GIVEN DATA Start Marker

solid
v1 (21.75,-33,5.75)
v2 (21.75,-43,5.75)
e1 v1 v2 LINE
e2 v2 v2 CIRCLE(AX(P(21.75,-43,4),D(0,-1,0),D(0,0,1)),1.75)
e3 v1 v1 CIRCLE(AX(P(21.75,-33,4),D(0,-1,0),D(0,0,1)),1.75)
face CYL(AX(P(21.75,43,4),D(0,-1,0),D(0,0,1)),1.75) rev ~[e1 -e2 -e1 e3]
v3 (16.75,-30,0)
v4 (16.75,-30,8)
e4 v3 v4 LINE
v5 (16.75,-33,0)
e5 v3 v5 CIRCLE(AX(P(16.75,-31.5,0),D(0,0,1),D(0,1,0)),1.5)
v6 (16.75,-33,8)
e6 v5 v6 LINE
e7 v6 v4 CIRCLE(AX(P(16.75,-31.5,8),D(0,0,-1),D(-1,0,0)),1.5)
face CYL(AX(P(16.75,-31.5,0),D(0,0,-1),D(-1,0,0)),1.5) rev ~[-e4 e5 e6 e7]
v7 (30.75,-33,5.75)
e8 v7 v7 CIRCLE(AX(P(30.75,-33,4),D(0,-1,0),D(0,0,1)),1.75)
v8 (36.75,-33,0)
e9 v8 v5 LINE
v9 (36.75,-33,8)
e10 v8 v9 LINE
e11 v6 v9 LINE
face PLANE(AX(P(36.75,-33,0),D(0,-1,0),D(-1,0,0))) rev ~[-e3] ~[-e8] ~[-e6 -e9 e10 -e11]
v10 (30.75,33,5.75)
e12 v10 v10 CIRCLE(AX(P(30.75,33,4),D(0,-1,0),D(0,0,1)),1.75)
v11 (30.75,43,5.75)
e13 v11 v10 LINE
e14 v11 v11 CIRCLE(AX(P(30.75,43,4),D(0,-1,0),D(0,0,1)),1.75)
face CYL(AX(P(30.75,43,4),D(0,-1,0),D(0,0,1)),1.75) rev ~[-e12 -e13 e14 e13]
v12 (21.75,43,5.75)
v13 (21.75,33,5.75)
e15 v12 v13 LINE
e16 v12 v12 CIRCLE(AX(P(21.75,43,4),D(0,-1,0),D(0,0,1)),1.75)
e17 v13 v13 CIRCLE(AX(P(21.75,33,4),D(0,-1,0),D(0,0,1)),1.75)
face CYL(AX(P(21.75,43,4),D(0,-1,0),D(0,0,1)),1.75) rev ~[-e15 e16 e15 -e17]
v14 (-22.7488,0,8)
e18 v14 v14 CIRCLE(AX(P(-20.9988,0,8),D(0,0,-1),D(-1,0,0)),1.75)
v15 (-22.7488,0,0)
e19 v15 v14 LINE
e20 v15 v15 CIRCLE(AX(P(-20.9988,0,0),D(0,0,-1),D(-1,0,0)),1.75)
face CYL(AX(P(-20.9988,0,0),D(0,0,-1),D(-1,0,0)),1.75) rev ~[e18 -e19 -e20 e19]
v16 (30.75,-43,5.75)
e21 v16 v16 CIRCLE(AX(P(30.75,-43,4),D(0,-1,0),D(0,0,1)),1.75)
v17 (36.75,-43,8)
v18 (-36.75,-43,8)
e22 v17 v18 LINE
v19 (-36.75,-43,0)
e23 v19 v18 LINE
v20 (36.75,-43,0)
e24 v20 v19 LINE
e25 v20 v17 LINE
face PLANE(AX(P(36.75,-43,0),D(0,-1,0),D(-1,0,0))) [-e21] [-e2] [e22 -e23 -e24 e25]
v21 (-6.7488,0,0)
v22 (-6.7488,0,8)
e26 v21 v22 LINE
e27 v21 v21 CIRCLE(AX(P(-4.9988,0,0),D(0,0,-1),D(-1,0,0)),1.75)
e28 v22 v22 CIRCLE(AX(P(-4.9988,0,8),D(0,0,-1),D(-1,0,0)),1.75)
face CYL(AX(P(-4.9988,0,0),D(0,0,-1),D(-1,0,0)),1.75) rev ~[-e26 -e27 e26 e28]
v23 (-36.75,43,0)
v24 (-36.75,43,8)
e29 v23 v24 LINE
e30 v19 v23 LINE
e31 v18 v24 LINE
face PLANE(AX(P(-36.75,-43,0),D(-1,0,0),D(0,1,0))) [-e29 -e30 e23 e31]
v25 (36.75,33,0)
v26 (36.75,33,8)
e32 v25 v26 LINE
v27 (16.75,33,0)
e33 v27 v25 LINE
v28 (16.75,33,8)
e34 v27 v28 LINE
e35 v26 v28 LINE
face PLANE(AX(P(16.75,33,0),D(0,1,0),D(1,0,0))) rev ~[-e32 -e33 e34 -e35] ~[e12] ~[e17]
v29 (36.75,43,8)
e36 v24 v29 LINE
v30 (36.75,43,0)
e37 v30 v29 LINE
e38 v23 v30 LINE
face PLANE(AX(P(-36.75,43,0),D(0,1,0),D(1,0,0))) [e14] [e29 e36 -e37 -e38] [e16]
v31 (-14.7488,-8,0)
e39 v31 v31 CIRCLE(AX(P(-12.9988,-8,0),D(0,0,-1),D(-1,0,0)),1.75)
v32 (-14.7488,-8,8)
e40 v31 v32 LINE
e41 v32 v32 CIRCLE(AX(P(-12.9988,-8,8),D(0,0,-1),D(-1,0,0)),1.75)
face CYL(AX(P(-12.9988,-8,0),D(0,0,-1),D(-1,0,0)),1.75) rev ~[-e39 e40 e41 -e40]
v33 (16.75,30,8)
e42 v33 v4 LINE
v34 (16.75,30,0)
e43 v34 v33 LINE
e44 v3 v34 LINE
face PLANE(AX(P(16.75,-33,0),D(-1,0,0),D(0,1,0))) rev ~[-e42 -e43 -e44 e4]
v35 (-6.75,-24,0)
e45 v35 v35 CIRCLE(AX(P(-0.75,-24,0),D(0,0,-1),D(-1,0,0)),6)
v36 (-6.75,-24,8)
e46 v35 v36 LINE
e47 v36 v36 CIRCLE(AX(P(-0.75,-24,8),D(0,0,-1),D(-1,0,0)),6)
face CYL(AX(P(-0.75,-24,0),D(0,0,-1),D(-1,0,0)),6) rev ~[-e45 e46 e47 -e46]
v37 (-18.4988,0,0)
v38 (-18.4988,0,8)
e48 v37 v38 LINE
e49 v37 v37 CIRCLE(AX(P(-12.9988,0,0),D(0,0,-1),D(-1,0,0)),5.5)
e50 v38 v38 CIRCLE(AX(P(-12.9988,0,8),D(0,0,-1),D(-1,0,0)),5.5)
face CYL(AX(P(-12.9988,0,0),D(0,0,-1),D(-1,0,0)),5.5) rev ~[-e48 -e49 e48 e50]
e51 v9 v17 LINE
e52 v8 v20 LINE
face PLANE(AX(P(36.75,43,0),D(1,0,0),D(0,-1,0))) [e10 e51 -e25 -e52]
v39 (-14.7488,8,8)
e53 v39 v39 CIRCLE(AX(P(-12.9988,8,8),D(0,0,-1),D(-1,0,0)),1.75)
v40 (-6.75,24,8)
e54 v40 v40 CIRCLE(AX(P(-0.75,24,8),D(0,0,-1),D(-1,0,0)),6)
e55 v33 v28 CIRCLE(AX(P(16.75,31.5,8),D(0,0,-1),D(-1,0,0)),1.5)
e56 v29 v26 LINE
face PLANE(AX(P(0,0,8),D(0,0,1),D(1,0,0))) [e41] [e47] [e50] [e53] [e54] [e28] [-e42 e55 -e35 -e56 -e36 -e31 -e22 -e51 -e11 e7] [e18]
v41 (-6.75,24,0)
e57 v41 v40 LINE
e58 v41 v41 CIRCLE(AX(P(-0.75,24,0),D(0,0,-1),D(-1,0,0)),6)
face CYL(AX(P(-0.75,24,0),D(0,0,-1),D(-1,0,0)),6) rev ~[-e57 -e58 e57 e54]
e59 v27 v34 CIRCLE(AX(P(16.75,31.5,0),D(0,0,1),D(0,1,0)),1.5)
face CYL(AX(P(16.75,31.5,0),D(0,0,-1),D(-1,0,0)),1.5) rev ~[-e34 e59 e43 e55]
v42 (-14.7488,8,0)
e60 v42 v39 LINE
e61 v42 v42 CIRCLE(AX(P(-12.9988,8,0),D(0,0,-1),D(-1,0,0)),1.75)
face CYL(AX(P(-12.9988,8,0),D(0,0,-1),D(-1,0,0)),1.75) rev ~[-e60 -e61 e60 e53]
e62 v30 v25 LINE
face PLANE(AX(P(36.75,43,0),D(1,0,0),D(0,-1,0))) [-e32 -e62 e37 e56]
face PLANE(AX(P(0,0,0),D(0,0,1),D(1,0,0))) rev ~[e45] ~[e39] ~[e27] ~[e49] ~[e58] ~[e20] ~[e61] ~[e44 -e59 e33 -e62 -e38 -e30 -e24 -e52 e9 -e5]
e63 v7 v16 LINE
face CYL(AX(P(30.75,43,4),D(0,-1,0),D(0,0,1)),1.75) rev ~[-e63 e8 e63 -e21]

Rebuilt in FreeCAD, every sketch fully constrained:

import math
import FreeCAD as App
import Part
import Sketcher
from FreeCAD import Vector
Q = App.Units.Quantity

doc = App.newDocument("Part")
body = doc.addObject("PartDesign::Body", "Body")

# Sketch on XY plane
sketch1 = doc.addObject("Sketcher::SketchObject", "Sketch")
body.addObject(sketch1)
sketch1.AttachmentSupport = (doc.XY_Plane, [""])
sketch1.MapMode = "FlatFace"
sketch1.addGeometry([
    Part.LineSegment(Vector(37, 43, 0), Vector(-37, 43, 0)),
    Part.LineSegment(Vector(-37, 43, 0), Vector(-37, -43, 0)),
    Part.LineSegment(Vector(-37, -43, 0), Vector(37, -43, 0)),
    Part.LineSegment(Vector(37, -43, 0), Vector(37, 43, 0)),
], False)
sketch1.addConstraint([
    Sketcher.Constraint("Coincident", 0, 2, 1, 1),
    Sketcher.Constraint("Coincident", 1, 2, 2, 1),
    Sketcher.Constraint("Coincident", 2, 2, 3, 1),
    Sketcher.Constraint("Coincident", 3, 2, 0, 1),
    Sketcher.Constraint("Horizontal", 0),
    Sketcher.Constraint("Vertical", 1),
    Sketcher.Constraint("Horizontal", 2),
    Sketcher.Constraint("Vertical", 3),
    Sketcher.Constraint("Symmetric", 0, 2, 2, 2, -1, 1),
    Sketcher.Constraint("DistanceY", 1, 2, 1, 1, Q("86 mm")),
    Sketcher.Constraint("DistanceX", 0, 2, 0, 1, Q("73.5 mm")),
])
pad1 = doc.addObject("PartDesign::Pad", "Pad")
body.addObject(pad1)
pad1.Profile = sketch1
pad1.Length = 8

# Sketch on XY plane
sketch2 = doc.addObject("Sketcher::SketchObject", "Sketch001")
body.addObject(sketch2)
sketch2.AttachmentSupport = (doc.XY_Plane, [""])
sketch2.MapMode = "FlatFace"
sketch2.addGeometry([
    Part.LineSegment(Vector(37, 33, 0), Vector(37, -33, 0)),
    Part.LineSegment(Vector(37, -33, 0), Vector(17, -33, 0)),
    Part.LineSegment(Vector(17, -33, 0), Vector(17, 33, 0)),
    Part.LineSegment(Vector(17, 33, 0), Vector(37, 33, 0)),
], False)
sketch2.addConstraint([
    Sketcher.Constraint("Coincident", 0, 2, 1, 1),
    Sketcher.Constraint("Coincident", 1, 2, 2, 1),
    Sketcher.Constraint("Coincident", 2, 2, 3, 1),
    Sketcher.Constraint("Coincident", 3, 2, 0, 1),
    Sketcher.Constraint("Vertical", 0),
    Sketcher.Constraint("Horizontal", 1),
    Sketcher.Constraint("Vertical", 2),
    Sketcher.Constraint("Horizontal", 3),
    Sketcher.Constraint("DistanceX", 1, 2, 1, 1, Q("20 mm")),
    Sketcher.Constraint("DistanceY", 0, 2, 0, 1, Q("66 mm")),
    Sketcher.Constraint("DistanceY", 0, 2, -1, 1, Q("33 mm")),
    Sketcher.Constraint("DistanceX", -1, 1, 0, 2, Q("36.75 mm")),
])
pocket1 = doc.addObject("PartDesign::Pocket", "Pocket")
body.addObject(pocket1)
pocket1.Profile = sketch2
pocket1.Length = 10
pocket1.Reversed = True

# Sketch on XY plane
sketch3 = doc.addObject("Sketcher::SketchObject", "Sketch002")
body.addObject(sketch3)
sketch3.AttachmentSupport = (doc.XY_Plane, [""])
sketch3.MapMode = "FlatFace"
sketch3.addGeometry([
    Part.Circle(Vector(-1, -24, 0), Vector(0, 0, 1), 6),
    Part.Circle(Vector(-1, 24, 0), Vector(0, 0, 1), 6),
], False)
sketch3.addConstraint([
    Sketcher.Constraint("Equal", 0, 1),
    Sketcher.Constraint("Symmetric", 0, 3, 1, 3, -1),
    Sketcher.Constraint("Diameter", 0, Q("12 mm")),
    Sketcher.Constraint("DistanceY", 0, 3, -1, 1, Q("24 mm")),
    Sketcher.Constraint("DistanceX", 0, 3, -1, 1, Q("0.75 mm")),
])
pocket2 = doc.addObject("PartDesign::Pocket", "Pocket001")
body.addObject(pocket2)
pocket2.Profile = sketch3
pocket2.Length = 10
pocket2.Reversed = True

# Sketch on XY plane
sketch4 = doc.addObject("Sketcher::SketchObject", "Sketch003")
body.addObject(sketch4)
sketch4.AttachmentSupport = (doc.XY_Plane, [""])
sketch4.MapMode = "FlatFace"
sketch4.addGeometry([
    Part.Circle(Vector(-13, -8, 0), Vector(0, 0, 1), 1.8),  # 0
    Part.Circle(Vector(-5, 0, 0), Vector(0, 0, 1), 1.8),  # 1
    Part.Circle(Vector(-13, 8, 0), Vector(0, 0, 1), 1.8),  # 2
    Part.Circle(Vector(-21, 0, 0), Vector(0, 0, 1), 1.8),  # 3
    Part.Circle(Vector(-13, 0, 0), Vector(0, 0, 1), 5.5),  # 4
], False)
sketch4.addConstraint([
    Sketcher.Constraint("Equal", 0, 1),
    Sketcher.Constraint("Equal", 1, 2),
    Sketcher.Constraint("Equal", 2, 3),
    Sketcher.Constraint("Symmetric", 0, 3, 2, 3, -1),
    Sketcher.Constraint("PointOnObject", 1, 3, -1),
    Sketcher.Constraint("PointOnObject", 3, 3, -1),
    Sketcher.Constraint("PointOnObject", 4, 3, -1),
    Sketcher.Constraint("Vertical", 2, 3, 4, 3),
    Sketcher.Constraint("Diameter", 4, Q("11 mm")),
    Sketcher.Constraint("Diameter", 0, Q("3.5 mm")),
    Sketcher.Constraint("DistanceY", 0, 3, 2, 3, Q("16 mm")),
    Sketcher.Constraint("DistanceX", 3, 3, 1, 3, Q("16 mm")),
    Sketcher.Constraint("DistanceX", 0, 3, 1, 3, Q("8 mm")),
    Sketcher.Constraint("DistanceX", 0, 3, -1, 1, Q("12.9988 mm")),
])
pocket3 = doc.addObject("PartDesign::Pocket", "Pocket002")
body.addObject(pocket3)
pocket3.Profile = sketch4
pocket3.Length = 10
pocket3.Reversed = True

GIVEN DATA End Marker
GIVEN DATA Start Marker

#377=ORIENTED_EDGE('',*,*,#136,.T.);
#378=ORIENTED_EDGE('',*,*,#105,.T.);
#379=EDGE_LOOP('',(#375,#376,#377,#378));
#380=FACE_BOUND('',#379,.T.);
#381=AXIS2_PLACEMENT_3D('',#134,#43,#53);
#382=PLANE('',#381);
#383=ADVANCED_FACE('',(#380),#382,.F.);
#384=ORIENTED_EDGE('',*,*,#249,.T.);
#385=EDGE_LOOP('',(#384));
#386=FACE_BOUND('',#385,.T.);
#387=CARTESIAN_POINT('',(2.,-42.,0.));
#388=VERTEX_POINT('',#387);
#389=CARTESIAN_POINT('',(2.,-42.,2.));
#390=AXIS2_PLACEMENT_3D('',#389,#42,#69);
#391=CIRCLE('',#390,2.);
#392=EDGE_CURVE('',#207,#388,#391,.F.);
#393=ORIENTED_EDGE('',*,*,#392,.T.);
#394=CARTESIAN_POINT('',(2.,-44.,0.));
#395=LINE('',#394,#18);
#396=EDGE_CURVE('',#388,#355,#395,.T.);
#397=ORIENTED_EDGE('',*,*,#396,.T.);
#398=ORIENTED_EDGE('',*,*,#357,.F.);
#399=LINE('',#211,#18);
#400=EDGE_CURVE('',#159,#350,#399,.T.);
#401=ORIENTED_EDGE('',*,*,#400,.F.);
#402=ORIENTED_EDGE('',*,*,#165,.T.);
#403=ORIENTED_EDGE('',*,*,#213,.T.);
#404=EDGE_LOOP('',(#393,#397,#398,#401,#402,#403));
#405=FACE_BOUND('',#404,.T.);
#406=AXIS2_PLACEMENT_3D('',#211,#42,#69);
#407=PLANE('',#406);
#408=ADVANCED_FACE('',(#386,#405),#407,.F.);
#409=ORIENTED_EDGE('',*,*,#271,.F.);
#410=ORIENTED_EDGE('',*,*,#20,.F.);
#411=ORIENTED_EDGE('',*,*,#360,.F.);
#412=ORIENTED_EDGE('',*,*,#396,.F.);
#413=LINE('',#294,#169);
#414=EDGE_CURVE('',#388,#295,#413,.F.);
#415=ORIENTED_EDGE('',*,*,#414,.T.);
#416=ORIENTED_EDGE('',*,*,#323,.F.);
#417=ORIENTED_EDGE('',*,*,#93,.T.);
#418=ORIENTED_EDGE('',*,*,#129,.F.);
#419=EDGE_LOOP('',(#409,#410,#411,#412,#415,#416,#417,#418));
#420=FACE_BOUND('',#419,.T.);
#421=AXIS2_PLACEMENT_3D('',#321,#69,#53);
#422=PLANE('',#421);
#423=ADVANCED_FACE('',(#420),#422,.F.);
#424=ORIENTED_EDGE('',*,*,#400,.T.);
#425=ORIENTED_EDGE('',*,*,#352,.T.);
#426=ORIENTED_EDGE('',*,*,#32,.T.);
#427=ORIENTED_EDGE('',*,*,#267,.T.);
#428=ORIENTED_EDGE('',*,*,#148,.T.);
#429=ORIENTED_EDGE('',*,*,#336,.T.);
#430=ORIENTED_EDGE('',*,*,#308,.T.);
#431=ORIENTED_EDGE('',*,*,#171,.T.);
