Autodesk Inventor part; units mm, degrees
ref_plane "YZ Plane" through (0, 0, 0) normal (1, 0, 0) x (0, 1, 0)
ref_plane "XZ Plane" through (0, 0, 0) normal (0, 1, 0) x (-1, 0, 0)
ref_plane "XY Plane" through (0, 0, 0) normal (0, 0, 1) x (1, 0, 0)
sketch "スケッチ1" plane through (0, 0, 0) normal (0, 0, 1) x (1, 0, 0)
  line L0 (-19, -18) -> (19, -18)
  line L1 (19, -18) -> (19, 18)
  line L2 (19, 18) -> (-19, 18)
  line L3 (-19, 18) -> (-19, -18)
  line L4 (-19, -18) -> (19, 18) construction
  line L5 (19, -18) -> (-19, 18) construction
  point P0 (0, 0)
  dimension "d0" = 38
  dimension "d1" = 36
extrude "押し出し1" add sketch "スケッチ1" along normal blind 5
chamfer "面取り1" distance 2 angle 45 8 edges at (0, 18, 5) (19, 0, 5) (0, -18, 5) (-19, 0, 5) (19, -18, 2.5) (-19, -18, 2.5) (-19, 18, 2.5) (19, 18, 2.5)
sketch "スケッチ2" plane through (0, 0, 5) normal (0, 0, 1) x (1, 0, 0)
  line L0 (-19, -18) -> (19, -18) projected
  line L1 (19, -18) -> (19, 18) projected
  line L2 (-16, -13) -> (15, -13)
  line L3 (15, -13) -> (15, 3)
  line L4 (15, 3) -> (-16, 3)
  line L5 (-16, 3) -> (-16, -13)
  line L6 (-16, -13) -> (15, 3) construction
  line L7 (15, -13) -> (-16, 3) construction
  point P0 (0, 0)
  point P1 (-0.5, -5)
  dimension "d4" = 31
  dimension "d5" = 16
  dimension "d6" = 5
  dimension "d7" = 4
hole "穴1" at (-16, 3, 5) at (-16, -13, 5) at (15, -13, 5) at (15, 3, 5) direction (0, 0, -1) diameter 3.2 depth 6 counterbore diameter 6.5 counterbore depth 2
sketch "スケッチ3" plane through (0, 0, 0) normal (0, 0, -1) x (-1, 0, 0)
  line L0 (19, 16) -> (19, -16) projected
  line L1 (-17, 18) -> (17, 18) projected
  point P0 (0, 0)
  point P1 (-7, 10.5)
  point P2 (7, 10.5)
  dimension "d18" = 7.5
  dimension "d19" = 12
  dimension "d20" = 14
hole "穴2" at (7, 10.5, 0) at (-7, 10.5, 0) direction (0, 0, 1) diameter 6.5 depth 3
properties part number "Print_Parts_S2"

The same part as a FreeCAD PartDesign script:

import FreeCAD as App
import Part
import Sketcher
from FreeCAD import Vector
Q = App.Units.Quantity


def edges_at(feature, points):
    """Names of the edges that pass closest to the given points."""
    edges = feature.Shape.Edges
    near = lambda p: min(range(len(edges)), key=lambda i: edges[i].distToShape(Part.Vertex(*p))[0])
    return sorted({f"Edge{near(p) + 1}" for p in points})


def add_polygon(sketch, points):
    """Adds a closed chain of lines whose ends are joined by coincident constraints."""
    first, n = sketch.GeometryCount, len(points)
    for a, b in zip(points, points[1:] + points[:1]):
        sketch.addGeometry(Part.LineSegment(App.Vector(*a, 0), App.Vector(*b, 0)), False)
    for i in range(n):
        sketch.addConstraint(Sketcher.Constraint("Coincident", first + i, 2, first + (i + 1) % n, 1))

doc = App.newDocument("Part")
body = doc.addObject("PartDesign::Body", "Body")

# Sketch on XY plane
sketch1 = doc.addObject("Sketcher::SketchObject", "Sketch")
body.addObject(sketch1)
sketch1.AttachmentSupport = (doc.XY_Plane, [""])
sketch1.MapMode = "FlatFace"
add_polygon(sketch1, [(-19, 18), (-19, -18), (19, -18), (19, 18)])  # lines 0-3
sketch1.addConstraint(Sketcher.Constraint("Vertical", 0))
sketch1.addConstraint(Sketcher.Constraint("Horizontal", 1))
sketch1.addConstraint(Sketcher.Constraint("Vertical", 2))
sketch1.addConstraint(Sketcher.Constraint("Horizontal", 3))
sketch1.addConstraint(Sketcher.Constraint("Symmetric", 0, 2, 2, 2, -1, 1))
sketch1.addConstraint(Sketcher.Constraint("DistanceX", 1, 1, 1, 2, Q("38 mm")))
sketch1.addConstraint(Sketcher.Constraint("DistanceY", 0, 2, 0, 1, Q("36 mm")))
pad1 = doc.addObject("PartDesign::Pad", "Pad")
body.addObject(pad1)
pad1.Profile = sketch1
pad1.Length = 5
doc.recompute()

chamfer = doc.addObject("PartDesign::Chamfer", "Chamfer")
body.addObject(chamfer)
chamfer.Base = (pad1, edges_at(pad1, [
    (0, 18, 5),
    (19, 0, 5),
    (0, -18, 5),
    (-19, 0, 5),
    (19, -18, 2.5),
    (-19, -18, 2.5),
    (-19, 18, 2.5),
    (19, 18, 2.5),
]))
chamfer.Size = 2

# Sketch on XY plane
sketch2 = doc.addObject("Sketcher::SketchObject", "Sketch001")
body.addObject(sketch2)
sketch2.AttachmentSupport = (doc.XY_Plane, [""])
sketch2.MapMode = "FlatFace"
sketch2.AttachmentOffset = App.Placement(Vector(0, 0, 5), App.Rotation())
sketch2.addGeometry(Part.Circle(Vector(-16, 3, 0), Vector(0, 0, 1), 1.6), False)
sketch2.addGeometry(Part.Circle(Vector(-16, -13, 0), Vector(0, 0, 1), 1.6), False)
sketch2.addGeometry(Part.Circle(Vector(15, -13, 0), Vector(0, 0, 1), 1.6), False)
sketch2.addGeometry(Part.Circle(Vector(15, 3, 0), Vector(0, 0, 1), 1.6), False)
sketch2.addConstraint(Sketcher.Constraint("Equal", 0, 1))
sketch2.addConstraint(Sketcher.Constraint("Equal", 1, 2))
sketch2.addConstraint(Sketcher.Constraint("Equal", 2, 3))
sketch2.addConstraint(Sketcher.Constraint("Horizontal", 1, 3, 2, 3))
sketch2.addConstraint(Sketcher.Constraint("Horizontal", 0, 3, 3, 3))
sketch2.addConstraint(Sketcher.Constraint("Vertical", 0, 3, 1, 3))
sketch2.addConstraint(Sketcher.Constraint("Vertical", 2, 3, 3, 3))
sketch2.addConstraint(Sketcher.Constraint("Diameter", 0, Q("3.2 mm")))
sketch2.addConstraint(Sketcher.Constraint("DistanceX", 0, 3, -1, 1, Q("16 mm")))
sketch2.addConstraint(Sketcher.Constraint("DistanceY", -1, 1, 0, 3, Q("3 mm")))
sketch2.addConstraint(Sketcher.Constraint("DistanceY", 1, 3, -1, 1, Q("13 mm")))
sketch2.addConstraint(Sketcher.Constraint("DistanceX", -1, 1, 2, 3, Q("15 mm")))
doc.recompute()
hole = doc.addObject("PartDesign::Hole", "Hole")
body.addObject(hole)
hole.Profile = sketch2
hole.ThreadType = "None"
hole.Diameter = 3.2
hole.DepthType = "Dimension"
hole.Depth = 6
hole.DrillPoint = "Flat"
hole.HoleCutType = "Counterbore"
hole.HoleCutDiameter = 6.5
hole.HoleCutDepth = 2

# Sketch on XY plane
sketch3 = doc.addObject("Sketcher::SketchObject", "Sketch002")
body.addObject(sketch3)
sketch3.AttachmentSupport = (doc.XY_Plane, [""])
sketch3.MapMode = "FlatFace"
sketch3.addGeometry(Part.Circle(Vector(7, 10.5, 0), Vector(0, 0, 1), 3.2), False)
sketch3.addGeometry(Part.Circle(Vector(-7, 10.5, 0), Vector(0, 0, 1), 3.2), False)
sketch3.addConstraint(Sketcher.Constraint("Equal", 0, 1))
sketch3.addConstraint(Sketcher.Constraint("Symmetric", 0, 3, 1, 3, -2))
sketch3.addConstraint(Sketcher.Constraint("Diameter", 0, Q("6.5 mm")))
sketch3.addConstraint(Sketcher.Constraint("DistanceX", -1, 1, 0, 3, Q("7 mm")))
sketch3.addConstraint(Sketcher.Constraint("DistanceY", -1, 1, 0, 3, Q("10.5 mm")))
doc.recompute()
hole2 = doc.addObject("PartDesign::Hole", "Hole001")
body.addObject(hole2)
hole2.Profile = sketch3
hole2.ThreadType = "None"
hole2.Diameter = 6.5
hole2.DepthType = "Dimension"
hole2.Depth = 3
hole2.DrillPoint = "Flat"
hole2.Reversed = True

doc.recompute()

GIVEN DATA End Marker

Those lines above that contain the string "construction" should be returned.

(WRITTEN ANSWER)
  line L4 (-19, -18) -> (19, 18) construction
  line L5 (19, -18) -> (-19, 18) construction
  line L6 (-16, -13) -> (15, 3) construction
  line L7 (15, -13) -> (-16, 3) construction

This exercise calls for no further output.